:: Work request ::
Once the line with "v 39.309 -30 -16.347" is found in the entries below, print it and each following line exactly, stopping after the line with "v 0 5.633 -8.262"; print nothing else.

:: Source records ::
*** Begin section ***

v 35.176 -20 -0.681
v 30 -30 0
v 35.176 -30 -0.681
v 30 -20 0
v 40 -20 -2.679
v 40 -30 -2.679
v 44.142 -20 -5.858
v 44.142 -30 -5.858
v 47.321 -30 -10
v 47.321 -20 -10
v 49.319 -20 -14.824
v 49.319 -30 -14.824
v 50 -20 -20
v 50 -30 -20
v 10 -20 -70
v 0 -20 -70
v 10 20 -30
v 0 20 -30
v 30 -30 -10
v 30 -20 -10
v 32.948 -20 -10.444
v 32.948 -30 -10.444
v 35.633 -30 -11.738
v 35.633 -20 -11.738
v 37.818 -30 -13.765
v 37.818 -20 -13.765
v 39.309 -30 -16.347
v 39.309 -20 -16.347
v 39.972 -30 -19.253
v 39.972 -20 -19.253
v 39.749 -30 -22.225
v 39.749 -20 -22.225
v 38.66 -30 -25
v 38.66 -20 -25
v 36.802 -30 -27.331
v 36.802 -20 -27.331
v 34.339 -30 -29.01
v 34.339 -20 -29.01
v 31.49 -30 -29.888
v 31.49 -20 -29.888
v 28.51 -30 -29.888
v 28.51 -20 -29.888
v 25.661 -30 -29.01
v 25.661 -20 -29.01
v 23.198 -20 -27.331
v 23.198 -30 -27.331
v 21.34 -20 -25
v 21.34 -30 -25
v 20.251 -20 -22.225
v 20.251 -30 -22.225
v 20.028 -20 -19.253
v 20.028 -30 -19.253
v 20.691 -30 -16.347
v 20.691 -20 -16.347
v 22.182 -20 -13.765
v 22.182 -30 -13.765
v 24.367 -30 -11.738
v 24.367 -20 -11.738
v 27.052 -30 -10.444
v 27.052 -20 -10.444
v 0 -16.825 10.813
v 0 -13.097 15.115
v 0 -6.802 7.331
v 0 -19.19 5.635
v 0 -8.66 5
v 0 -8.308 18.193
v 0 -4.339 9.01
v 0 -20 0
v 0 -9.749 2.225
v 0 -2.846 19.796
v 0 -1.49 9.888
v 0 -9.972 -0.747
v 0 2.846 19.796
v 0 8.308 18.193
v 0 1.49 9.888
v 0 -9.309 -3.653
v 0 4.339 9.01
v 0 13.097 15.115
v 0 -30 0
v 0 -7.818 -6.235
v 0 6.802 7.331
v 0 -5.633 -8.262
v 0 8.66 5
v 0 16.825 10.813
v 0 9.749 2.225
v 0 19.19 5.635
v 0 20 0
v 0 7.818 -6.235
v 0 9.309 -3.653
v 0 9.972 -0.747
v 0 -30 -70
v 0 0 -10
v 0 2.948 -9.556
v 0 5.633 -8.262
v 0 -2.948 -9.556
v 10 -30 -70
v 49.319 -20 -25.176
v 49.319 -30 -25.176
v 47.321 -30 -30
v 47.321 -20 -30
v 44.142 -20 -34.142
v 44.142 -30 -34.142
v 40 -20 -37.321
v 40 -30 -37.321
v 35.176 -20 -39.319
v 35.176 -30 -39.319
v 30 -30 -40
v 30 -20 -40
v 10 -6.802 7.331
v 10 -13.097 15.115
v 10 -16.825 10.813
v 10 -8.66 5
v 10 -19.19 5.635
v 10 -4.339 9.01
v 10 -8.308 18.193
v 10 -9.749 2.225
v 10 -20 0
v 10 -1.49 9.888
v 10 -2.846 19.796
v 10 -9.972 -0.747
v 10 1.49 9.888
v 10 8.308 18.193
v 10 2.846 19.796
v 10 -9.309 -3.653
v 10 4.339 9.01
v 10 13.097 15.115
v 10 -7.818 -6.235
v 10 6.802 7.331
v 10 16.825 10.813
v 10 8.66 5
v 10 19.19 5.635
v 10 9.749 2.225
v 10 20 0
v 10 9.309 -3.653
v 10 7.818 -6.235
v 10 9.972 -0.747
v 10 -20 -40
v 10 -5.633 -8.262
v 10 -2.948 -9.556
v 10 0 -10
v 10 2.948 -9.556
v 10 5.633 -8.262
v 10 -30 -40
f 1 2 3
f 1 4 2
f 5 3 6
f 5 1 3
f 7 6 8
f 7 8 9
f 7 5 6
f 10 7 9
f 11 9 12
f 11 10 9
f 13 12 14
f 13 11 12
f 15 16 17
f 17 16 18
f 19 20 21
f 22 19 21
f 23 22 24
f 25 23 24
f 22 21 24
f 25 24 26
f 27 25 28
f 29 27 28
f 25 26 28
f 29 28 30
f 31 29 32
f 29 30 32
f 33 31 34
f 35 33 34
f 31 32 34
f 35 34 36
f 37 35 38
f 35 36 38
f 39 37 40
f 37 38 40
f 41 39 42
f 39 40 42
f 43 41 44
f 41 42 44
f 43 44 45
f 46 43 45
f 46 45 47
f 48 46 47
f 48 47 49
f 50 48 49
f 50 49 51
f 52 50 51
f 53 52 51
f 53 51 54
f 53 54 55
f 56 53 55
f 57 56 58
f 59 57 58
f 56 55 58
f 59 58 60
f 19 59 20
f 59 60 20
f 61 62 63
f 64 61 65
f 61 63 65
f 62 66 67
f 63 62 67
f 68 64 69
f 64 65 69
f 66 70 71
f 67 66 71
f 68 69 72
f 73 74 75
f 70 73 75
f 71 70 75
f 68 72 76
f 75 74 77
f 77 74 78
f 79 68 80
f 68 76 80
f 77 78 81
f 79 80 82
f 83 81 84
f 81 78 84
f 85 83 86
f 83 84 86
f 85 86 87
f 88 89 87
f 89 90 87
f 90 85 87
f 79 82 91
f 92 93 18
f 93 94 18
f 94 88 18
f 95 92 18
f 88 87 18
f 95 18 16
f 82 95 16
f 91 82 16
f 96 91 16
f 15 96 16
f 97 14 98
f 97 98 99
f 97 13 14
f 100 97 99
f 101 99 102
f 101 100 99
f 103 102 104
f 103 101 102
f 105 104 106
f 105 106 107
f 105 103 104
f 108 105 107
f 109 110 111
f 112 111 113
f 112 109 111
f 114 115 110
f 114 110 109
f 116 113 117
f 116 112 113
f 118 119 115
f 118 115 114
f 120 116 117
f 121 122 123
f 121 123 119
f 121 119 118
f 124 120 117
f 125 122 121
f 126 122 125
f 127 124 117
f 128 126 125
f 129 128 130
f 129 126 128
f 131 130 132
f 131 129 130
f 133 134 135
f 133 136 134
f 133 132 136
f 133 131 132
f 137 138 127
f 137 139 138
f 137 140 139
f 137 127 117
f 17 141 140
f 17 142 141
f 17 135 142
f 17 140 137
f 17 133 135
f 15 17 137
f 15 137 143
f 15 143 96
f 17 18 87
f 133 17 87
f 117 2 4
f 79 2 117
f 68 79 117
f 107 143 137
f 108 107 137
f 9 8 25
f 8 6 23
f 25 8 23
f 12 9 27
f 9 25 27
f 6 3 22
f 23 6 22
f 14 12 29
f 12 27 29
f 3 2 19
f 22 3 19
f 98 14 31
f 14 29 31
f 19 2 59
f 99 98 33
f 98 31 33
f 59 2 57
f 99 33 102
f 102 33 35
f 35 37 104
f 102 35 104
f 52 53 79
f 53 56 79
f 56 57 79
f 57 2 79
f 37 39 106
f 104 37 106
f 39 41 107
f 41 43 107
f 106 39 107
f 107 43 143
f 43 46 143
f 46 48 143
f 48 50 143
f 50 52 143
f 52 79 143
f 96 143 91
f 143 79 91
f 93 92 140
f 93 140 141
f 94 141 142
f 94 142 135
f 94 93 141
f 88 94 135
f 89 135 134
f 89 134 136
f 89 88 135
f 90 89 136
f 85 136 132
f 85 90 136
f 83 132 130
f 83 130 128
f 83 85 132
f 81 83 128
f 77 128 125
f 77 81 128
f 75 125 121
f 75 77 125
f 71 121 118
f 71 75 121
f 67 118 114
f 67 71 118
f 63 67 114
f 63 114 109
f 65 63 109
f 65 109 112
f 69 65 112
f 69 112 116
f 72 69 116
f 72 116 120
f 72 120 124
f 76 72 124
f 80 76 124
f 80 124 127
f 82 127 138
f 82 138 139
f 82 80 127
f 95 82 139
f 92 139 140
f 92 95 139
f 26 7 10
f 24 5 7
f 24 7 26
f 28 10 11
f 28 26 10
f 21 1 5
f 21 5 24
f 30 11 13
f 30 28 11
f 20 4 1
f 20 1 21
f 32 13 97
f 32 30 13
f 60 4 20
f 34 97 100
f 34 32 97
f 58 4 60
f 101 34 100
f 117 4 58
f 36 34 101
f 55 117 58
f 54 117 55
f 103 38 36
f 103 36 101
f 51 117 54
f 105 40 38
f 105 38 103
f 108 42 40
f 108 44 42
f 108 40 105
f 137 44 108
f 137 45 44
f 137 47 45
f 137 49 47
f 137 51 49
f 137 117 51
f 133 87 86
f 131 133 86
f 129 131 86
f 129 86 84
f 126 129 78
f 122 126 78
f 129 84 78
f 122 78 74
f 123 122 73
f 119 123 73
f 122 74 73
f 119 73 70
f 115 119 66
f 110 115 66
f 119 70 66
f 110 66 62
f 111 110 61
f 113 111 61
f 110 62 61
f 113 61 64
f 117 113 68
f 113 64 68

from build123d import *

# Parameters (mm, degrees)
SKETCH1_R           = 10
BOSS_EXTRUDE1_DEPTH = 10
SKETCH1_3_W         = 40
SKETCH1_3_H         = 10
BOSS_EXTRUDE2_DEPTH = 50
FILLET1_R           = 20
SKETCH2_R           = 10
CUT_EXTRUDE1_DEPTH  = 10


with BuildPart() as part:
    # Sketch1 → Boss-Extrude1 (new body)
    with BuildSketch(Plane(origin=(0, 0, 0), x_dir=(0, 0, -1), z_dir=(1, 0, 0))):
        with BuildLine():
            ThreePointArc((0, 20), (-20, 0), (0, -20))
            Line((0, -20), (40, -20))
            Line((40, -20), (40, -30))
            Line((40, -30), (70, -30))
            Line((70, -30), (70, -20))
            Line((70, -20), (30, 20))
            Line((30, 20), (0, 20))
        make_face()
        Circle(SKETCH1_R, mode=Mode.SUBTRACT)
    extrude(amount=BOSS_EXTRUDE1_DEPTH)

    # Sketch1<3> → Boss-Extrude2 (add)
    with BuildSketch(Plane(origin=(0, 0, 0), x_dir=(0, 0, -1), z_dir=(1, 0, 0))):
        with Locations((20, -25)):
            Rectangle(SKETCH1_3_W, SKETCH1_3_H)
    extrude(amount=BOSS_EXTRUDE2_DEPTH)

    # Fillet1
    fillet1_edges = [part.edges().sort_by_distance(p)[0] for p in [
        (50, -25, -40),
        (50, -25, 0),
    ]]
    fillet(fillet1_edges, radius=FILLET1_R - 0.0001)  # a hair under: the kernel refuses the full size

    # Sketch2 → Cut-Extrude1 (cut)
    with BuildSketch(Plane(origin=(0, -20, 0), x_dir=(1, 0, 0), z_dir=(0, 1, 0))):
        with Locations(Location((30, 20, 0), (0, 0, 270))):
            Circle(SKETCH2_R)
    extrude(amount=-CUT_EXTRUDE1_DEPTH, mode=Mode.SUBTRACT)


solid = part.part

*** End section ***
*** Begin section ***

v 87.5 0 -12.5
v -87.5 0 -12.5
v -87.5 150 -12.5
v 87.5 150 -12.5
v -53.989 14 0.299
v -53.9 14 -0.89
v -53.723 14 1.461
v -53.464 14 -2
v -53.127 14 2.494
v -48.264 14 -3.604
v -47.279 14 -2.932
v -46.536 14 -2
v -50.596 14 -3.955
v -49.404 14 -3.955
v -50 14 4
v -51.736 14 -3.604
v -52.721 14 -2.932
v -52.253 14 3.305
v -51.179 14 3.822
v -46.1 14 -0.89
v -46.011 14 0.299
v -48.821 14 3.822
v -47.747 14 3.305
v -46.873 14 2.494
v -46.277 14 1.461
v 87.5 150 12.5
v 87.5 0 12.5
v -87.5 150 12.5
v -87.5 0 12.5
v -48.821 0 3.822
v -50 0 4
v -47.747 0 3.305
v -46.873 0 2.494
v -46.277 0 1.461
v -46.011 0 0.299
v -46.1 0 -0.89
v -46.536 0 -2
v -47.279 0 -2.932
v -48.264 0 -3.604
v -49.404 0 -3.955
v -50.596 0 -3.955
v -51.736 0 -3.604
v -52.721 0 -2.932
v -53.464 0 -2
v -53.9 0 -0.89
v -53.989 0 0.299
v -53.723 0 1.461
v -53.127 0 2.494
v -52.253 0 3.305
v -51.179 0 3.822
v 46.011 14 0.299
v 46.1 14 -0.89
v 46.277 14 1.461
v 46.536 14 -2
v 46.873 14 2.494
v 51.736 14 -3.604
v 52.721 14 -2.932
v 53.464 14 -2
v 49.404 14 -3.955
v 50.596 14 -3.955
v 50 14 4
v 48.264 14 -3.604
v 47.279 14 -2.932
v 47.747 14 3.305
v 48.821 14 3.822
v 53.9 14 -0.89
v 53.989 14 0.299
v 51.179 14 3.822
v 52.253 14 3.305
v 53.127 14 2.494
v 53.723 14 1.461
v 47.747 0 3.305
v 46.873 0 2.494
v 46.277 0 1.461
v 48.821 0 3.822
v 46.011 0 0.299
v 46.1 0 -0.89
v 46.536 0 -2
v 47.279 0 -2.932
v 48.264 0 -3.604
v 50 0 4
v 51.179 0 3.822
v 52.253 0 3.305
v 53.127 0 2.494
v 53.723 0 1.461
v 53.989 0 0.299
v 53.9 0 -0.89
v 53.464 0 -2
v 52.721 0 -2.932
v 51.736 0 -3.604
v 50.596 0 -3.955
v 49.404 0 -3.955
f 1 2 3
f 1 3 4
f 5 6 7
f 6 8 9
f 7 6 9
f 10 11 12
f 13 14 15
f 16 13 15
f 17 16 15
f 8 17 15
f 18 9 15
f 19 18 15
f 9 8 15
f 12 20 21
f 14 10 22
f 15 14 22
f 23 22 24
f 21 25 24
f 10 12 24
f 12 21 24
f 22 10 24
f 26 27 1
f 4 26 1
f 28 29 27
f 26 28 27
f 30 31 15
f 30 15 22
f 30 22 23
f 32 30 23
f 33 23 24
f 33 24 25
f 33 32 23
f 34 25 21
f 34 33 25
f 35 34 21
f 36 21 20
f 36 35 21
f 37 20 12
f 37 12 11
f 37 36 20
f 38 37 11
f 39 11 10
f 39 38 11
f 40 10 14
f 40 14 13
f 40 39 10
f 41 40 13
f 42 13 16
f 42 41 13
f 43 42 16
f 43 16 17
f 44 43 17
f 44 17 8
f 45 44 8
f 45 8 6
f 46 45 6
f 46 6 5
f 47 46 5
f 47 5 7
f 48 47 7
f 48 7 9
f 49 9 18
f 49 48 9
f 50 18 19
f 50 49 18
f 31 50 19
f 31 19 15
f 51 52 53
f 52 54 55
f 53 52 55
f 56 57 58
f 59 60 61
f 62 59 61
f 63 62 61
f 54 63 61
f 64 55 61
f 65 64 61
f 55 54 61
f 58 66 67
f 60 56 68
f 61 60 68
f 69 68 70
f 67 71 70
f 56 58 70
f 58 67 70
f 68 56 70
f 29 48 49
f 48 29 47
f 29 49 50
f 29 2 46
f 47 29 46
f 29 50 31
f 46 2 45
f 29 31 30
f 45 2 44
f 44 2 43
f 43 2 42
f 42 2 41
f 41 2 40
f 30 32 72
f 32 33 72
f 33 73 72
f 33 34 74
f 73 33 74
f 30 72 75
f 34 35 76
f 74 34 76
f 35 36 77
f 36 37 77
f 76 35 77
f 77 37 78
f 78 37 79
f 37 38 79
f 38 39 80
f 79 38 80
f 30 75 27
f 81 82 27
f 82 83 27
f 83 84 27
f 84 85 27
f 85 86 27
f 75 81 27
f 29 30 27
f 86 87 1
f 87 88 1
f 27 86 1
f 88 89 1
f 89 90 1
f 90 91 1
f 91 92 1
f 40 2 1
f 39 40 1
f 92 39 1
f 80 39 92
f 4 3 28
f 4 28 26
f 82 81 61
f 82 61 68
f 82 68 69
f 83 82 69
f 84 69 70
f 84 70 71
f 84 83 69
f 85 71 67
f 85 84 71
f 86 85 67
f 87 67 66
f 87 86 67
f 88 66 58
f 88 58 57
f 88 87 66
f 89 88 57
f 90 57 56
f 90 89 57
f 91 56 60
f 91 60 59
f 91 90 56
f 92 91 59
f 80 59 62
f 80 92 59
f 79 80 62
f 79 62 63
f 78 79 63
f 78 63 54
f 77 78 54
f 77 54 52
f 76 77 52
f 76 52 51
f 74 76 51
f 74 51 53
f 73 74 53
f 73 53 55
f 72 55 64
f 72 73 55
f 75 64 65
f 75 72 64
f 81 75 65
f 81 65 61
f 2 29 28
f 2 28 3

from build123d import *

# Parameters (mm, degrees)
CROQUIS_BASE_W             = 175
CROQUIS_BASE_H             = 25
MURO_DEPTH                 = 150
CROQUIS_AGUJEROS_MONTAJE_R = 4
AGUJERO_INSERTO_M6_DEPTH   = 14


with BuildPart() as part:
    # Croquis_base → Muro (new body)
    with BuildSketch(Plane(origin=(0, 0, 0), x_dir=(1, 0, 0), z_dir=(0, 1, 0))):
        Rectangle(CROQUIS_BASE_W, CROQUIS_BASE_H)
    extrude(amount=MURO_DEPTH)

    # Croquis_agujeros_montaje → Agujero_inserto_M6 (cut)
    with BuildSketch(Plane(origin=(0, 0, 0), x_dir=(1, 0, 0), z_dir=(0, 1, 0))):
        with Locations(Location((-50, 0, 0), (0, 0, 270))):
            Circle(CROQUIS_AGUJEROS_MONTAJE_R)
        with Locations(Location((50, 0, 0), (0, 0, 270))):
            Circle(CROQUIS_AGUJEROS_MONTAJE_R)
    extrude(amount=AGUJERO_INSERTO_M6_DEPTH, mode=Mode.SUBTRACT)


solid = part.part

*** End section ***

:: Exercise solution ::
v 39.309 -30 -16.347
v 39.309 -20 -16.347
v 39.972 -30 -19.253
v 39.972 -20 -19.253
v 39.749 -30 -22.225
v 39.749 -20 -22.225
v 38.66 -30 -25
v 38.66 -20 -25
v 36.802 -30 -27.331
v 36.802 -20 -27.331
v 34.339 -30 -29.01
v 34.339 -20 -29.01
v 31.49 -30 -29.888
v 31.49 -20 -29.888
v 28.51 -30 -29.888
v 28.51 -20 -29.888
v 25.661 -30 -29.01
v 25.661 -20 -29.01
v 23.198 -20 -27.331
v 23.198 -30 -27.331
v 21.34 -20 -25
v 21.34 -30 -25
v 20.251 -20 -22.225
v 20.251 -30 -22.225
v 20.028 -20 -19.253
v 20.028 -30 -19.253
v 20.691 -30 -16.347
v 20.691 -20 -16.347
v 22.182 -20 -13.765
v 22.182 -30 -13.765
v 24.367 -30 -11.738
v 24.367 -20 -11.738
v 27.052 -30 -10.444
v 27.052 -20 -10.444
v 0 -16.825 10.813
v 0 -13.097 15.115
v 0 -6.802 7.331
v 0 -19.19 5.635
v 0 -8.66 5
v 0 -8.308 18.193
v 0 -4.339 9.01
v 0 -20 0
v 0 -9.749 2.225
v 0 -2.846 19.796
v 0 -1.49 9.888
v 0 -9.972 -0.747
v 0 2.846 19.796
v 0 8.308 18.193
v 0 1.49 9.888
v 0 -9.309 -3.653
v 0 4.339 9.01
v 0 13.097 15.115
v 0 -30 0
v 0 -7.818 -6.235
v 0 6.802 7.331
v 0 -5.633 -8.262
v 0 8.66 5
v 0 16.825 10.813
v 0 9.749 2.225
v 0 19.19 5.635
v 0 20 0
v 0 7.818 -6.235
v 0 9.309 -3.653
v 0 9.972 -0.747
v 0 -30 -70
v 0 0 -10
v 0 2.948 -9.556
v 0 5.633 -8.262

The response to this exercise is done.